Stored data entries
Segment Open
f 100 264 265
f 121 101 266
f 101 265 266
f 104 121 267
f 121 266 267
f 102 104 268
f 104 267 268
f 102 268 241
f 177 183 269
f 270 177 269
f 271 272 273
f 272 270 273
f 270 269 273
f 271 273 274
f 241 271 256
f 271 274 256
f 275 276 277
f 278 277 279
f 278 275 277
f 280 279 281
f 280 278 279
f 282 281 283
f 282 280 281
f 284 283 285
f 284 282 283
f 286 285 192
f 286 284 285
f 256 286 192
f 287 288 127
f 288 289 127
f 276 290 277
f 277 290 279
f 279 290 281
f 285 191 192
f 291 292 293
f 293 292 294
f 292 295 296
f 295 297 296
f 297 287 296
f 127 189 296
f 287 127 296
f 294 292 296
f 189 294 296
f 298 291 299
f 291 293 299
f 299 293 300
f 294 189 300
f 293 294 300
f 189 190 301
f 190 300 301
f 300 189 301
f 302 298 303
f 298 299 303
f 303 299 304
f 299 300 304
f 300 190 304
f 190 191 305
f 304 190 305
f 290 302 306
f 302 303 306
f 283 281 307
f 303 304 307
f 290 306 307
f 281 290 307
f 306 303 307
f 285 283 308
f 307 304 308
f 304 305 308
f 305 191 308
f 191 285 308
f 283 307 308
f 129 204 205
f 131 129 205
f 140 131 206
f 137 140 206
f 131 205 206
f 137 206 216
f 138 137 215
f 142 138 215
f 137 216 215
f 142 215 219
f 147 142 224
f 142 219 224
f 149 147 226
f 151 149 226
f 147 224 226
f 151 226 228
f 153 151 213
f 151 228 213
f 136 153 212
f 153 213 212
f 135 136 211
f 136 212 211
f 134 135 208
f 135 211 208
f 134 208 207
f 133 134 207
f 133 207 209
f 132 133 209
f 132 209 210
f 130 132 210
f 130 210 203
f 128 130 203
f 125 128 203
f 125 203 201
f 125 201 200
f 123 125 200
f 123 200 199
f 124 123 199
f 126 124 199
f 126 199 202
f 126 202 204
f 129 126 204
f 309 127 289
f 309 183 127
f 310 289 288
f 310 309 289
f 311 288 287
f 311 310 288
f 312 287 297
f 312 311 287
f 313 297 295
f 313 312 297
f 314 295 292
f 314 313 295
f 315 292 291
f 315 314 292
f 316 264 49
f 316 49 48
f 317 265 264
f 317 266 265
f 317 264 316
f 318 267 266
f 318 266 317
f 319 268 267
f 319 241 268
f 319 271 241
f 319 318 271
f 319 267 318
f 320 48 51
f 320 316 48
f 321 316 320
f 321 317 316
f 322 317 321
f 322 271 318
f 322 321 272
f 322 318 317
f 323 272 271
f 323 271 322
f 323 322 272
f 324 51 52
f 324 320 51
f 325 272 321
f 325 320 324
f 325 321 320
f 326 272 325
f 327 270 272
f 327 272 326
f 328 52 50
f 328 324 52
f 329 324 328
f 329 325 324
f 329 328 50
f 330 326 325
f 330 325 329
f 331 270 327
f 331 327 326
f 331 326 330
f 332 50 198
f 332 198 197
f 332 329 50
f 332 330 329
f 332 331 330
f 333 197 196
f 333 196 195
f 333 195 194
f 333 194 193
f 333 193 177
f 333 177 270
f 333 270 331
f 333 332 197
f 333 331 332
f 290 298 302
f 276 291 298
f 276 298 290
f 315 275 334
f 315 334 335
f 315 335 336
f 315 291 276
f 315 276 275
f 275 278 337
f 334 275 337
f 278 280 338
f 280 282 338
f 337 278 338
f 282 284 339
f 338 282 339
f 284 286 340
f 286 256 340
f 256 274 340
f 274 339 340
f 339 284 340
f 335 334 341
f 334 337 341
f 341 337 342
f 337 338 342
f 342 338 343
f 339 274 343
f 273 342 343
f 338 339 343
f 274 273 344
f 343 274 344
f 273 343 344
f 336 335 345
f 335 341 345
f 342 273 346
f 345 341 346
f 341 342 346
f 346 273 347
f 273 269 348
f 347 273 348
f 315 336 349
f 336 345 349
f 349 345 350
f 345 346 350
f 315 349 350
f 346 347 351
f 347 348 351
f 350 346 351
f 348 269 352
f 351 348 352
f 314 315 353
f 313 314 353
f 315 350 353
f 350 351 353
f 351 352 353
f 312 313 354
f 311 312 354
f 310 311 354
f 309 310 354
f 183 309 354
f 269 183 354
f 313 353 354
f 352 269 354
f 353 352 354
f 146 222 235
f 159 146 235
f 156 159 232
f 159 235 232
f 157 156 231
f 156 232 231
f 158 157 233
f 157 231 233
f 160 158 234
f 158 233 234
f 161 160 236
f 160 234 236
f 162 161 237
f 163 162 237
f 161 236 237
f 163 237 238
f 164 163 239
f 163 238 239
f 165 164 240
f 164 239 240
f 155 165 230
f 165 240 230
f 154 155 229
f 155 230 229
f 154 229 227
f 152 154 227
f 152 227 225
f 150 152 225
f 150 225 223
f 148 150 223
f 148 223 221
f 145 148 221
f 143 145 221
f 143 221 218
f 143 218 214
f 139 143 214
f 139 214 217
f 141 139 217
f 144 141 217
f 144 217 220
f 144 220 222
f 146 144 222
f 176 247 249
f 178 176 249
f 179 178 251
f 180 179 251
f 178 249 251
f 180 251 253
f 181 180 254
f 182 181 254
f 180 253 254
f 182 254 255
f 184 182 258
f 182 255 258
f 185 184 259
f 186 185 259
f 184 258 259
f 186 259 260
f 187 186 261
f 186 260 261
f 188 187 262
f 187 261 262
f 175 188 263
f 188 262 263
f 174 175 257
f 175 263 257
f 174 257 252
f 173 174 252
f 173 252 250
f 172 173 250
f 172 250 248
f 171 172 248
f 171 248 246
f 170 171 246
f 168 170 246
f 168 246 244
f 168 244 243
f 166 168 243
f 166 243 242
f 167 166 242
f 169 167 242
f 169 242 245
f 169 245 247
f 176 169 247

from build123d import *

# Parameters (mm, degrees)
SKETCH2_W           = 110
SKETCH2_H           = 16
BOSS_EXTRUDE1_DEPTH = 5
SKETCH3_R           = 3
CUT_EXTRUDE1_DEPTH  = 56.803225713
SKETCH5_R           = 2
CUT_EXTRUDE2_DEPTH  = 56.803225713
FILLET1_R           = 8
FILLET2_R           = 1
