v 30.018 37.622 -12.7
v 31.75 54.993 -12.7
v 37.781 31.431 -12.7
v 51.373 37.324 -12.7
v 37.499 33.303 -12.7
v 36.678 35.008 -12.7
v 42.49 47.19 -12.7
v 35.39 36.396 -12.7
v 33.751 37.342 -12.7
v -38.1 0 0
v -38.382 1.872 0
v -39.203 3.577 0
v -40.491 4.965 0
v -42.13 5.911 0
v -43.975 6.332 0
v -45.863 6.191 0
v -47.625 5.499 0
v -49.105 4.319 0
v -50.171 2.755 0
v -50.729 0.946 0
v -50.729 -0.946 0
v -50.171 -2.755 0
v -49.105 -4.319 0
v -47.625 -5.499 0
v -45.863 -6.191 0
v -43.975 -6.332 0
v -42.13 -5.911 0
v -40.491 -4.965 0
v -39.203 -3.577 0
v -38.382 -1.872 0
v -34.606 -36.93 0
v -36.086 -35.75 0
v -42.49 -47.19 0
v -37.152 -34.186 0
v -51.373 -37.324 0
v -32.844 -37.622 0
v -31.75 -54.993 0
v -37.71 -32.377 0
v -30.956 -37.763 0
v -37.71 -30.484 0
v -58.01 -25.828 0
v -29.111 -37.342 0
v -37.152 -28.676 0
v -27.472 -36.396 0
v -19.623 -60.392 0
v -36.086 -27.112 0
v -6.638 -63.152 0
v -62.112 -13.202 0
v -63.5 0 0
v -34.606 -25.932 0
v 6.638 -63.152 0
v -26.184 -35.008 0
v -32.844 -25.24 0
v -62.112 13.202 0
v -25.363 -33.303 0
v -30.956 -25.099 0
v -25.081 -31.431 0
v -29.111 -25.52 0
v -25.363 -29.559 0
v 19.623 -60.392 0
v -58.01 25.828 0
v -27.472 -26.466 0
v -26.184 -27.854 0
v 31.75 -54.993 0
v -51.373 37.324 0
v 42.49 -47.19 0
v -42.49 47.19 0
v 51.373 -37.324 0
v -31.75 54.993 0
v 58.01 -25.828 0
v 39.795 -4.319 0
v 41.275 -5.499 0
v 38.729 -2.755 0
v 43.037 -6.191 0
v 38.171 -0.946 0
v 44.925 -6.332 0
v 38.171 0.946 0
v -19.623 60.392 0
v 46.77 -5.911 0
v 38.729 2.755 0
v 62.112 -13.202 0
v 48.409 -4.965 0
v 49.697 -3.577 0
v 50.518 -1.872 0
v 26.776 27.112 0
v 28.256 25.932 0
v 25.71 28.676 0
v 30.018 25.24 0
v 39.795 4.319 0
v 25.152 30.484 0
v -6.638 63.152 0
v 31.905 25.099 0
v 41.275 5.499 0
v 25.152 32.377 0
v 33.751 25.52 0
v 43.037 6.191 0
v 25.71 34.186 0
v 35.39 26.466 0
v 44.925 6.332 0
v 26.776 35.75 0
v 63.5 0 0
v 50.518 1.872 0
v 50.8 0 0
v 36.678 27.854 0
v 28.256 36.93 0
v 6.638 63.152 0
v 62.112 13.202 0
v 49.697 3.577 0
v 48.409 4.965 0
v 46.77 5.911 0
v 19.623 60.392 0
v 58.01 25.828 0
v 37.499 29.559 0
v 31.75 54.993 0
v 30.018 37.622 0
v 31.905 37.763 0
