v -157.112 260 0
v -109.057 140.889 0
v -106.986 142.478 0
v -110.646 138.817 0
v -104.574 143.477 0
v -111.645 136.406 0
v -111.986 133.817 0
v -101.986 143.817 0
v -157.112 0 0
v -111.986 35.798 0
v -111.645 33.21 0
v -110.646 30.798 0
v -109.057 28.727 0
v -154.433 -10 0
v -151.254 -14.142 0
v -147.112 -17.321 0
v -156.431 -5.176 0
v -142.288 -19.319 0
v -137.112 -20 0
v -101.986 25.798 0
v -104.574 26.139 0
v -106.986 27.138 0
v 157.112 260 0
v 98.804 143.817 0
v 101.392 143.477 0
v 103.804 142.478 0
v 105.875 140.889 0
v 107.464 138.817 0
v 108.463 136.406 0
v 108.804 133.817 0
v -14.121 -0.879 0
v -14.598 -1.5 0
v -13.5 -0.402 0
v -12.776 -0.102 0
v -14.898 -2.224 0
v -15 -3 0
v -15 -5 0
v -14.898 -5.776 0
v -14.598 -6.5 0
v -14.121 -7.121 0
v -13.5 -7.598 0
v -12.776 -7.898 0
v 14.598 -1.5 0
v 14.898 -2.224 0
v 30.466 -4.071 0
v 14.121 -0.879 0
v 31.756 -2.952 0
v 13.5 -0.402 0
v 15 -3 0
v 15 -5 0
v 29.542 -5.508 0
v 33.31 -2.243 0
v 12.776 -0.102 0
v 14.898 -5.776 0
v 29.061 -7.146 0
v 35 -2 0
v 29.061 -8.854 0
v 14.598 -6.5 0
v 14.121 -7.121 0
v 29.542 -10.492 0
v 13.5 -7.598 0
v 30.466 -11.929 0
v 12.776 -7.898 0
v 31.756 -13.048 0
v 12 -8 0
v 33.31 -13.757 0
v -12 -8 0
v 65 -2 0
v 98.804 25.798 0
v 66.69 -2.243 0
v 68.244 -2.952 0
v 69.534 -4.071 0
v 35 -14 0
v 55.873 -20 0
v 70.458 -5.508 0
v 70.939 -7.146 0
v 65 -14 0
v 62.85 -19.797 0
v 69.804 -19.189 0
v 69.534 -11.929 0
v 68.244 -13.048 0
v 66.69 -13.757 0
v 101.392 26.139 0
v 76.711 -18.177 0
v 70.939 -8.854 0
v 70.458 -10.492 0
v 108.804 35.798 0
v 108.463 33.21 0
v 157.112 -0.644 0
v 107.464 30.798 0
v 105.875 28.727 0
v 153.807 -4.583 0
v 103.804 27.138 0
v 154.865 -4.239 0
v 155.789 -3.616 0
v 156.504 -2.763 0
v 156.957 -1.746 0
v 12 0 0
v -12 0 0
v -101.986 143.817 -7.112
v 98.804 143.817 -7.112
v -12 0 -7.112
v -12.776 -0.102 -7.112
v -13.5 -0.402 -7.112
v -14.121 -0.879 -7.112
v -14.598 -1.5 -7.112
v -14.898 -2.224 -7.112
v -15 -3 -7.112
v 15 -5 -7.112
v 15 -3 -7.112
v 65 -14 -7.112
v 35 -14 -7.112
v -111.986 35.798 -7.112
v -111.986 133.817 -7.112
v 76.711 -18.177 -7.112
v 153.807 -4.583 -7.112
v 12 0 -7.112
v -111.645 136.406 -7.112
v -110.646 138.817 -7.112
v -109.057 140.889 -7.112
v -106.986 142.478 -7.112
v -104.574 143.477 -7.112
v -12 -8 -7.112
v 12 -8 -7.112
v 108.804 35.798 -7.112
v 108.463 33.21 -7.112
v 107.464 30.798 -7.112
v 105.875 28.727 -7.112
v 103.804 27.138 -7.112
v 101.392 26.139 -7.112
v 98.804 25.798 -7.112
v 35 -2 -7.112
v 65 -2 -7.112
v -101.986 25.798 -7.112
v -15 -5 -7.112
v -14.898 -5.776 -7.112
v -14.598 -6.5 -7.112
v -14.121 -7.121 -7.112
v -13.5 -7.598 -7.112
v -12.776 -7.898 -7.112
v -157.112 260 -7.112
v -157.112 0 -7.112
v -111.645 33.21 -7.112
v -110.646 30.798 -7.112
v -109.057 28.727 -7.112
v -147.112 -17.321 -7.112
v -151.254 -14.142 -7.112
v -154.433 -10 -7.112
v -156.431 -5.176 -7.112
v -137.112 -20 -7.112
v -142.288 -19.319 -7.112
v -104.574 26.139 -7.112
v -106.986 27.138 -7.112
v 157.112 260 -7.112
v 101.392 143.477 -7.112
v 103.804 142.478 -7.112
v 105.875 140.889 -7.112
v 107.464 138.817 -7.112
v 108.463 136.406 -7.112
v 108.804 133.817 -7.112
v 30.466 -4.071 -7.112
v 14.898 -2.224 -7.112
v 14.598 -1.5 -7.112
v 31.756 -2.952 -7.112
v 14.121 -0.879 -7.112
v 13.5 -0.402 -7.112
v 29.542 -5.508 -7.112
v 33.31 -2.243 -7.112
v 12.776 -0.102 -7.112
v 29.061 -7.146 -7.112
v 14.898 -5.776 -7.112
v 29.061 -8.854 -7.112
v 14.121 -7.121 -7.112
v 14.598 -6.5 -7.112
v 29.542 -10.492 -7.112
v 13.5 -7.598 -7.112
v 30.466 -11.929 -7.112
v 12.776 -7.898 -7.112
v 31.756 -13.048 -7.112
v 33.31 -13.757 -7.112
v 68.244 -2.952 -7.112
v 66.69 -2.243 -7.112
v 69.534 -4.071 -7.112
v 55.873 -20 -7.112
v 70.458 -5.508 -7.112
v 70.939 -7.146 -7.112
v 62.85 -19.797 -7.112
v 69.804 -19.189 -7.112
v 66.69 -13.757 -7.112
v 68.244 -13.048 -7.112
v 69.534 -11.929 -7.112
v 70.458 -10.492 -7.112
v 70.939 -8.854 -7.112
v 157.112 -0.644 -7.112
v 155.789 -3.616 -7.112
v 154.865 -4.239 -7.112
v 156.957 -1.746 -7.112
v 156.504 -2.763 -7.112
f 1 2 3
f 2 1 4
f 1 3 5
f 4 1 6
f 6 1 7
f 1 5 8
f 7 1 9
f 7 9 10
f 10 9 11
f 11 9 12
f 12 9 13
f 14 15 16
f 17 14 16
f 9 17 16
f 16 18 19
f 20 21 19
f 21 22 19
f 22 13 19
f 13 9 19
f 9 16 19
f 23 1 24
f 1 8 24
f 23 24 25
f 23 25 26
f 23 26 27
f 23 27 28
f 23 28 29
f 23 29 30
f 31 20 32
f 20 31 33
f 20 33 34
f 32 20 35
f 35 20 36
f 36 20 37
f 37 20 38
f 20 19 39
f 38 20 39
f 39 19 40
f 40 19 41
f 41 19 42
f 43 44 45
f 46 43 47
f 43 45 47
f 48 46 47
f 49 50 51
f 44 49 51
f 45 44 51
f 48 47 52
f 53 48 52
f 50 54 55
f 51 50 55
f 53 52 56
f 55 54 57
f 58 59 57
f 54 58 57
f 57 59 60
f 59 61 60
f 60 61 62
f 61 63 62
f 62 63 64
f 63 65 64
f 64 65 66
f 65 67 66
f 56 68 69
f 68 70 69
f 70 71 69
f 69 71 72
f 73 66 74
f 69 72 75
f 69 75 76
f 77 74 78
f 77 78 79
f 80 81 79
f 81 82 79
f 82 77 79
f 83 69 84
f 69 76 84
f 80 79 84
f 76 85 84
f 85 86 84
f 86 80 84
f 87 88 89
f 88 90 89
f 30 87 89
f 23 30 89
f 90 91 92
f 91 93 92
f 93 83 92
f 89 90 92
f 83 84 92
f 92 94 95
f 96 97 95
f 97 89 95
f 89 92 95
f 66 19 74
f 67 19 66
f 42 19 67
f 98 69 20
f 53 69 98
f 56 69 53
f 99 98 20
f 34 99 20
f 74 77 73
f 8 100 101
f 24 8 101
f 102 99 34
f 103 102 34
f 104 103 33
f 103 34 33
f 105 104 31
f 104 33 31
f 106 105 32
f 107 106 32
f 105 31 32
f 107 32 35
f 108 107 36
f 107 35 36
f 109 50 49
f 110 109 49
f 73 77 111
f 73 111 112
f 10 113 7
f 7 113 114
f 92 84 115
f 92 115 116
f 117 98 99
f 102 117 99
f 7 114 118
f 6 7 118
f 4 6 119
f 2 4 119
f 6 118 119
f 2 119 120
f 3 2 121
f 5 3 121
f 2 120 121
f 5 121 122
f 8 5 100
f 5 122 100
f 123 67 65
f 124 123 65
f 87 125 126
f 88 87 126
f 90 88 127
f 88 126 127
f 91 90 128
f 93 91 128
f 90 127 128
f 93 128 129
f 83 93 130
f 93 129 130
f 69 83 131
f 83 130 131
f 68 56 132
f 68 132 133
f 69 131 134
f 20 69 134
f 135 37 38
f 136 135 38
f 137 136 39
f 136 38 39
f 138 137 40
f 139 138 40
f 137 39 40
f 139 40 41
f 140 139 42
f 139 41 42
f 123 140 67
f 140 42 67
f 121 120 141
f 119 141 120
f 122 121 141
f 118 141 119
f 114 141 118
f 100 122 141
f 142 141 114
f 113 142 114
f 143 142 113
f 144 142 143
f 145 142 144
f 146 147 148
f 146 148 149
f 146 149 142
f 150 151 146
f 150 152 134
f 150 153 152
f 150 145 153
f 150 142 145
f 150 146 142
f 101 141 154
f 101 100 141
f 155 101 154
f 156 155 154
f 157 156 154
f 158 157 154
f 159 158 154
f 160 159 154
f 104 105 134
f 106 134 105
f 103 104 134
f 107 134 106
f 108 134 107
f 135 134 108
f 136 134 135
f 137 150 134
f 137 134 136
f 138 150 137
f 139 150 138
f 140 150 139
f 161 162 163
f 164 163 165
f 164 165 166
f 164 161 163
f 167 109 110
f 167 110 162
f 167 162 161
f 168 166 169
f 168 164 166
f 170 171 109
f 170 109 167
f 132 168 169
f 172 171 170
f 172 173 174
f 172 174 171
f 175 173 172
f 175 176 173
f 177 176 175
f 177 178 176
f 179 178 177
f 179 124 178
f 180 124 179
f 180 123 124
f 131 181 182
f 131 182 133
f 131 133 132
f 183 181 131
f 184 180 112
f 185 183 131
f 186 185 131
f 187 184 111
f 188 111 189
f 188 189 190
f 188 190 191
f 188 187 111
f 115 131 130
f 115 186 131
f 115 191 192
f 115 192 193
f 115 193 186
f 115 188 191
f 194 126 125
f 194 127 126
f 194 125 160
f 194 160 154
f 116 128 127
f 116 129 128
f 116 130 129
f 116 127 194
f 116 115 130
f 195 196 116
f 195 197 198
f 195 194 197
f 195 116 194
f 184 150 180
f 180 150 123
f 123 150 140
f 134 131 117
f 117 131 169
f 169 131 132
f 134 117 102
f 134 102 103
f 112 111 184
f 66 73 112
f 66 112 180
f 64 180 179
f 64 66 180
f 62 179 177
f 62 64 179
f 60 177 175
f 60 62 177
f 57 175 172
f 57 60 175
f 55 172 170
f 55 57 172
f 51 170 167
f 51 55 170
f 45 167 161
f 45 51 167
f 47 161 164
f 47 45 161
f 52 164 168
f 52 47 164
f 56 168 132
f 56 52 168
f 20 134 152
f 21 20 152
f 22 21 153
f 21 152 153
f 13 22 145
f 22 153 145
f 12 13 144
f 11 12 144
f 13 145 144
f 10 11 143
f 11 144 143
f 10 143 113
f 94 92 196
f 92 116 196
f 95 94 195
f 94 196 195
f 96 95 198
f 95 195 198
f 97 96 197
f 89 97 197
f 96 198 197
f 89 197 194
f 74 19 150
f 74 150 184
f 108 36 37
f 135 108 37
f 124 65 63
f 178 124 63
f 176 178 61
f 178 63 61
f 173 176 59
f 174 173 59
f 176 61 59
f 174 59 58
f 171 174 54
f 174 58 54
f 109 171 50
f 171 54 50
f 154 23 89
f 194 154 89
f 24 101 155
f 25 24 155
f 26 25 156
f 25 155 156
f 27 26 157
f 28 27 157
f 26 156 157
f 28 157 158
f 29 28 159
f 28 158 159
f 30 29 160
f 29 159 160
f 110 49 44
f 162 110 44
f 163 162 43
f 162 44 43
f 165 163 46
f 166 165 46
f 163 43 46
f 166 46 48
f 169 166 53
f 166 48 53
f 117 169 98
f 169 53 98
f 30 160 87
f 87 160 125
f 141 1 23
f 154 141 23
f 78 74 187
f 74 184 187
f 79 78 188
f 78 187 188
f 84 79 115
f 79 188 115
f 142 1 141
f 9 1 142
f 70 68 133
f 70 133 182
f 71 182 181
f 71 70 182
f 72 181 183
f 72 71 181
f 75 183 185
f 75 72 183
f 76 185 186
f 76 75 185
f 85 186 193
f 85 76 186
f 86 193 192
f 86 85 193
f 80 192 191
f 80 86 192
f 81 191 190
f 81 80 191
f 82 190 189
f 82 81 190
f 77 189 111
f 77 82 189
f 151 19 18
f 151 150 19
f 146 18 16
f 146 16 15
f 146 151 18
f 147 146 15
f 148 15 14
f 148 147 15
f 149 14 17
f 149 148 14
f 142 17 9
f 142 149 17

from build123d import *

# Parameters (mm, degrees)
SKETCH1_W               = 314.224
SKETCH1_H               = 280
BOSS_EXTRUDE1_DEPTH     = 7.112
CUT_EXTRUDE1_DEPTH      = 304.866353991
CUT_EXTRUDE1_DEPTH_BACK = 304.866353991
CUT_EXTRUDE2_DEPTH      = 304.866353991
CUT_EXTRUDE3_DEPTH      = 304.866353991
FILLET1_R               = 120
FILLET2_R               = 20
FILLET3_R               = 4
CUT_EXTRUDE4_DEPTH      = 304.866353991


with BuildPart() as part:
    # Sketch1 → Boss-Extrude1 (new body)
    with BuildSketch(Plane(origin=(0, 0, 0), x_dir=(1, 0, 0), z_dir=(0, 0, -1))):
        with Locations((0, -120)):
            Rectangle(SKETCH1_W, SKETCH1_H)
    extrude(amount=BOSS_EXTRUDE1_DEPTH)

    # Sketch2 → Cut-Extrude1 (cut, two sides: drawn at the far end of the back side and taken through both)
    with BuildSketch(Plane.XY.offset(-CUT_EXTRUDE1_DEPTH_BACK)):
        with BuildLine():
            Line((-101.985505074, 143.817457954), (98.803851758, 143.817457954))
            ThreePointArc((98.803851758, 143.817457954), (105.87491957, 140.888525766), (108.803851758, 133.817457954))
            Line((108.803851758, 133.817457954), (108.803851758, 35.797968831))
            ThreePointArc((108.803851758, 35.797968831), (105.87491957, 28.726901019), (98.803851758, 25.797968831))
            Line((98.803851758, 25.797968831), (-101.985505074, 25.797968831))
            ThreePointArc((-101.985505074, 25.797968831), (-109.056572886, 28.726901019), (-111.985505074, 35.797968831))
            Line((-111.985505074, 35.797968831), (-111.985505074, 133.817457954))
            ThreePointArc((-111.985505074, 133.817457954), (-109.056572886, 140.888525766), (-101.985505074, 143.817457954))
        make_face()
    extrude(amount=CUT_EXTRUDE1_DEPTH + CUT_EXTRUDE1_DEPTH_BACK, mode=Mode.SUBTRACT)

    # Sketch3 → Cut-Extrude2 (cut, through all)
    with BuildSketch(Plane.XY):
        with BuildLine():
            Line((-12, -8), (12, -8))
            ThreePointArc((12, -8), (14.121320344, -7.121320344), (15, -5))
            Line((15, -5), (15, -3))
            ThreePointArc((15, -3), (14.121320344, -0.878679656), (12, 0))
            Line((12, 0), (-12, 0))
            ThreePointArc((-12, 0), (-14.121320344, -0.878679656), (-15, -3))
            Line((-15, -3), (-15, -5))
            ThreePointArc((-15, -5), (-14.121320344, -7.121320344), (-12, -8))
        make_face()
    extrude(amount=-CUT_EXTRUDE2_DEPTH, mode=Mode.SUBTRACT)

    # Sketch4 → Cut-Extrude3 (cut, through all)
    with BuildSketch(Plane.XY):
        Polygon((66.371490886, -20), (157.112, -4), (157.112, -20), align=None)
    extrude(amount=-CUT_EXTRUDE3_DEPTH, mode=Mode.SUBTRACT)

    # Fillet1
    fillet1_edges = [part.edges().sort_by_distance(p)[0] for p in [
        (66.371490886, -20, -3.556),
    ]]
    fillet(fillet1_edges, radius=FILLET1_R)

    # Fillet2
    fillet2_edges = [part.edges().sort_by_distance(p)[0] for p in [
        (-157.112, -20, -3.556),
    ]]
    fillet(fillet2_edges, radius=FILLET2_R)

    # Fillet3
    fillet3_edges = [part.edges().sort_by_distance(p)[0] for p in [
        (157.112, -4, -3.556),
    ]]
    fillet(fillet3_edges, radius=FILLET3_R)

    # Sketch5 → Cut-Extrude4 (cut, through all)
    with BuildSketch(Plane.XY):
        with BuildLine():
            Line((35, -2), (65, -2))
            ThreePointArc((65, -2), (71, -8), (65, -14))
            Line((65, -14), (35, -14))
            ThreePointArc((35, -14), (29, -8), (35, -2))
        make_face()
    extrude(amount=-CUT_EXTRUDE4_DEPTH, mode=Mode.SUBTRACT)


solid = part.part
Segment Closed
* AIM OF THE EXERCISE
Reproduce the lines of the records exactly, from the first one through the line that contains "f 282 281 283".

* RESULT OF THE TASK
f 100 264 265
f 121 101 266
f 101 265 266
f 104 121 267
f 121 266 267
f 102 104 268
f 104 267 268
f 102 268 241
f 177 183 269
f 270 177 269
f 271 272 273
f 272 270 273
f 270 269 273
f 271 273 274
f 241 271 256
f 271 274 256
f 275 276 277
f 278 277 279
f 278 275 277
f 280 279 281
f 280 278 279
f 282 281 283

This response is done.